Reste la question de l’approche et des écueils du genre : on peut se mettre dans la peau de la victime, de l’enquêteur ou du tueur, schéma connu. Mais Marc Dugain sait ne pas se restreindre aux solutions faciles : pour aborder un personnage aussi singulier et inquiétant, il a choisi de s’insinuer dans ses névroses, de le suivre dans ses monologues, d’observer la société avec ses yeux… Une écriture empathique, qui, sans jamais sceller le tragique ou l’horreur, tente de comprendre ce qui distingue l’homme du monstre, la mécanique du passage à l’acte. Et c’est là que le personnage de Kenner en devient singulier et passionnant : interné en hôpital psychiatrique, Kenner s’est un peu formé à l’analyse psychologique, et le regard qu’il porte sur lui, sur ses pulsions, est un regard à la fois intime et distancié, lucide. Kenner, tueur conscient, est un Hannibal Lecter qui lutte, à coup de cuites, contre ses abîmes, contre le vertige de sa nature secrète, avant d’y céder. Et pour le lecteur, qui, du haut du personnage, distingue le vide, il s’agit juste d’accompagner la chute. Il y a de l’arroseur arrosé dans ce tueur qui disserte avec des copains policiers sur la pulsion de meurtre, reste fasciné par l’ordre, hait les hippies et la «décadence». Car dans la peau de Kenner, le lecteur est confronté aux pulsions, à la fascination pour la police, au vertige de la fuite et à la réalité – une mère castratrice, une existence à cahots, et un désir de tuer qui ne cesse de monter.
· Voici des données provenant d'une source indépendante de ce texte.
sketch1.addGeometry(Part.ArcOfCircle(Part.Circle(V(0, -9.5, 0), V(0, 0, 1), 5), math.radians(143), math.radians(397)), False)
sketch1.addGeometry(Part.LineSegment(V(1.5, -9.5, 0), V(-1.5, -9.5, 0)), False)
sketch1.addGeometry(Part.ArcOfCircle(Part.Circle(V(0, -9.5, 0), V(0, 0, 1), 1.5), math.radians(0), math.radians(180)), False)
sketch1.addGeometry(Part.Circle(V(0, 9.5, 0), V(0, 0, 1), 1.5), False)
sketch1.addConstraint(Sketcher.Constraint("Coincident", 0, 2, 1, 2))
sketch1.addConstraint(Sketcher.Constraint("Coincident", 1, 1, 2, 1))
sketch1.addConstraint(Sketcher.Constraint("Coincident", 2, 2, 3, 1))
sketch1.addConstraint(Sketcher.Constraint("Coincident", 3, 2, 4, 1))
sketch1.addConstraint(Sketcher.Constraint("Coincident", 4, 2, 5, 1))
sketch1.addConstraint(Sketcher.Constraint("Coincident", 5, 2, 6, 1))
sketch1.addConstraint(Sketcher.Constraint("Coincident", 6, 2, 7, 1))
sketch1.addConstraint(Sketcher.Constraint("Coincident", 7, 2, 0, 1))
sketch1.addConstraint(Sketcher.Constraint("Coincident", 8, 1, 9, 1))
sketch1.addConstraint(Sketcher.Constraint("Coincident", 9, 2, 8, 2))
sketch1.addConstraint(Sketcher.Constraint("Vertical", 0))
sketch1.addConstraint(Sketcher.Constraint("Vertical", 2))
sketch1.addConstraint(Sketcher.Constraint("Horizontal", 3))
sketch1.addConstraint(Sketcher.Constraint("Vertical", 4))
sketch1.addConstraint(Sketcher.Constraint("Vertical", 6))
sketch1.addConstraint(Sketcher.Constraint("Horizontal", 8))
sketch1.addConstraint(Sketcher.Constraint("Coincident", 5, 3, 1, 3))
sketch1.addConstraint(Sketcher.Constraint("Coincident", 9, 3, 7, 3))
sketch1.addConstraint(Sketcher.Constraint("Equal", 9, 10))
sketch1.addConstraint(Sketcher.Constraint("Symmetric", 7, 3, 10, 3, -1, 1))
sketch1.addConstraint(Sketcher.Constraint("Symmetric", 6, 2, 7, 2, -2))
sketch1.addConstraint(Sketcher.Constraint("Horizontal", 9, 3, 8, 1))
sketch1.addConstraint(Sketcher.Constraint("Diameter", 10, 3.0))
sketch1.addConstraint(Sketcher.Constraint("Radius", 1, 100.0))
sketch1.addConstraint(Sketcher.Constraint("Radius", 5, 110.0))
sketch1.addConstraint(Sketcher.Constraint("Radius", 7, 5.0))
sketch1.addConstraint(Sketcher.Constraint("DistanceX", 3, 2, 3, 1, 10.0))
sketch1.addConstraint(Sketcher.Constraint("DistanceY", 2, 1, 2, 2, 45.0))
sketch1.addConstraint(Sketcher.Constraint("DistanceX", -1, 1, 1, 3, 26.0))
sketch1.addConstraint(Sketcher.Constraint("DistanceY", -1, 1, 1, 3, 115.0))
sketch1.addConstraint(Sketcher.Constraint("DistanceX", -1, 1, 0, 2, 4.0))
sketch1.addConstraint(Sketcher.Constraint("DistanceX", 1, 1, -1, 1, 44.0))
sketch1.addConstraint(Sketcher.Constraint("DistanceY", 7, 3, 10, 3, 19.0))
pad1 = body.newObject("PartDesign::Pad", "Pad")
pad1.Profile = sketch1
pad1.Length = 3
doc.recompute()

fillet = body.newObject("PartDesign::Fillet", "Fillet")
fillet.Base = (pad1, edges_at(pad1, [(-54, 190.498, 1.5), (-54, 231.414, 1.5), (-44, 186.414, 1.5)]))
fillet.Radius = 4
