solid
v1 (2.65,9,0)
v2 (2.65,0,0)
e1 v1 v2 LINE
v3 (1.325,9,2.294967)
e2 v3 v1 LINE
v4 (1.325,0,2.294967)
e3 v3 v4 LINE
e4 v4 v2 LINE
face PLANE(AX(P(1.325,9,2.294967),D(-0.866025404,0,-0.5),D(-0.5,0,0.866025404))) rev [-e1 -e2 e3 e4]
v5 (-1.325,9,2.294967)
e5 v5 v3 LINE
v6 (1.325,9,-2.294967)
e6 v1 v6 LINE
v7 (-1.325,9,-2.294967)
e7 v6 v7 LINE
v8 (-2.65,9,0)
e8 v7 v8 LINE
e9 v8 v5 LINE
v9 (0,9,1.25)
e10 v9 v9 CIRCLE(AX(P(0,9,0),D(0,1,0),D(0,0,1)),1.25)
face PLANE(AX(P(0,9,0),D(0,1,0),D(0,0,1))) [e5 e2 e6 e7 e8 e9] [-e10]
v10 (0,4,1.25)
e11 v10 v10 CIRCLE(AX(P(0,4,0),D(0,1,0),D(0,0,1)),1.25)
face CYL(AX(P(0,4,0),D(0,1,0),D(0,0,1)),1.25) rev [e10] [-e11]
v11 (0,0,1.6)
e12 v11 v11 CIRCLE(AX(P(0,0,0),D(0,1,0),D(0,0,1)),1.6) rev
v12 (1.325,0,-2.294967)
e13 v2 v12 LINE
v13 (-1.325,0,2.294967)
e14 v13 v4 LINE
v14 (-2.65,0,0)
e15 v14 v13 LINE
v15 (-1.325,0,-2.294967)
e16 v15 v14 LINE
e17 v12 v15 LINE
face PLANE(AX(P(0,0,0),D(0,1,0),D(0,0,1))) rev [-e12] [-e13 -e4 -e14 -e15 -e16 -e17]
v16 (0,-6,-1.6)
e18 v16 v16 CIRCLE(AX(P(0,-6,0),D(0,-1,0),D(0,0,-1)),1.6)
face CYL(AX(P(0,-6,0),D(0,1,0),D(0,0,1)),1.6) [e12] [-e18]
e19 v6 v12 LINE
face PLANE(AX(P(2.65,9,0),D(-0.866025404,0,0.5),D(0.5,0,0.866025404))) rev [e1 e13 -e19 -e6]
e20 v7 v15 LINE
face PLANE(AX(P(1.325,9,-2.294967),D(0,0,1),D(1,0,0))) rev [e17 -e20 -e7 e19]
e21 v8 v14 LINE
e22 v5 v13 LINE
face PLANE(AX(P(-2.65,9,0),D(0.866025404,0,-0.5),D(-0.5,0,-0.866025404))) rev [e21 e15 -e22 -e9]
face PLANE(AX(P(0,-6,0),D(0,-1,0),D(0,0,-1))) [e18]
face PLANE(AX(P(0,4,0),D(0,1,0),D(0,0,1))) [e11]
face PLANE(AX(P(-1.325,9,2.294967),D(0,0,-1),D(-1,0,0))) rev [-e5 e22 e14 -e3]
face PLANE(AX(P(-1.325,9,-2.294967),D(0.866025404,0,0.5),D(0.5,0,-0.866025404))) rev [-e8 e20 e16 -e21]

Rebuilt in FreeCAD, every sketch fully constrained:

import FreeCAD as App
import Part
import Sketcher
from FreeCAD import Vector
Q = App.Units.Quantity

doc = App.newDocument("Part")
body = doc.addObject("PartDesign::Body", "Body")

# Sketch on XZ plane
sketch1 = body.newObject("Sketcher::SketchObject", "Sketch")
sketch1.AttachmentSupport = (doc.getObject("XZ_Plane"), [""])
sketch1.MapMode = "FlatFace"
sketch1.addGeometry([
    Part.LineSegment(Vector(1.3, 2.3, 0), Vector(2.6, 0, 0)),  # 0
    Part.LineSegment(Vector(2.6, 0, 0), Vector(1.3, -2.3, 0)),  # 1
    Part.LineSegment(Vector(1.3, -2.3, 0), Vector(-1.3, -2.3, 0)),  # 2
    Part.LineSegment(Vector(-1.3, -2.3, 0), Vector(-2.6, 0, 0)),  # 3
    Part.LineSegment(Vector(-2.6, 0, 0), Vector(-1.3, 2.3, 0)),  # 4
    Part.LineSegment(Vector(-1.3, 2.3, 0), Vector(1.3, 2.3, 0)),  # 5
], False)
sketch1.addConstraint([
    Sketcher.Constraint("Coincident", 0, 2, 1, 1),
    Sketcher.Constraint("Coincident", 1, 2, 2, 1),
    Sketcher.Constraint("Coincident", 2, 2, 3, 1),
    Sketcher.Constraint("Coincident", 3, 2, 4, 1),
    Sketcher.Constraint("Coincident", 4, 2, 5, 1),
    Sketcher.Constraint("Coincident", 5, 2, 0, 1),
    Sketcher.Constraint("Horizontal", 2),
    Sketcher.Constraint("Horizontal", 5),
    Sketcher.Constraint("Symmetric", 0, 2, 3, 2, -1, 1),
    Sketcher.Constraint("Symmetric", 1, 2, 4, 2, -1, 1),
    Sketcher.Constraint("PointOnObject", 0, 2, -1),
    Sketcher.Constraint("Parallel", 0, 3),
    Sketcher.Constraint("Vertical", 2, 2, 4, 2),
    Sketcher.Constraint("Angle", 0, Q("-60 deg")),
    Sketcher.Constraint("DistanceX", 2, 2, 2, 1, 2.65),
    Sketcher.Constraint("DistanceX", 3, 2, 0, 2, 5.3),
])
pad1 = body.newObject("PartDesign::Pad", "Pad")
pad1.Profile = sketch1
pad1.Length = 9
pad1.Reversed = True

# Sketch on XZ plane
sketch2 = body.newObject("Sketcher::SketchObject", "Sketch001")
sketch2.AttachmentSupport = (doc.getObject("XZ_Plane"), [""])
sketch2.MapMode = "FlatFace"
sketch2.addGeometry(Part.Circle(Vector(0, 0, 0), Vector(0, 0, 1), 1.6), False)
sketch2.addConstraint([
    Sketcher.Constraint("Coincident", 0, 3, -1, 1),
    Sketcher.Constraint("Diameter", 0, 3.2),
])
pad2 = body.newObject("PartDesign::Pad", "Pad001")
pad2.Profile = sketch2
pad2.Length = 6

# Sketch on XZ plane
sketch3 = body.newObject("Sketcher::SketchObject", "Sketch002")
sketch3.AttachmentSupport = (doc.getObject("XZ_Plane"), [""])
sketch3.MapMode = "FlatFace"
sketch3.AttachmentOffset = App.Placement(Vector(0, 0, -9), App.Rotation())
sketch3.addGeometry(Part.Circle(Vector(0, 0, 0), Vector(0, 0, 1), 1.2), False)
sketch3.addConstraint([
    Sketcher.Constraint("Coincident", 0, 3, -1, 1),
    Sketcher.Constraint("Diameter", 0, 2.5),
])
pocket1 = body.newObject("PartDesign::Pocket", "Pocket")
pocket1.Profile = sketch3
pocket1.Length = 5
pocket1.Reversed = True

doc.recompute()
De ce fait, le roman est éprouvant, déstabilisant mais passionnant : on sait exactement comment tout cela se terminera, mais on ne peut se défendre d’une sorte de sympathie pour ce colosse déboussolé. C’est tout le charme et le talent d’écriture de Marc Dugain qui nous entraîne exactement où il le désire, c’est-à-dire dans une impasse : le cursus honorum d’un tueur qui, étape par étape, bascule insensiblement. Et en arrière-plan, le tableau d’une Amérique oscillant entre discours libéral et rappel à l’ordre dont Kenner incarne les paradoxes.

Après J. Edgar Hoover et Staline, Marc Dugain réussit de nouveau une brillante évocation d’une personnalité singulière, et parvient, l’espace d’un livre, à amener ses lecteurs au bord du précipice. Magistral.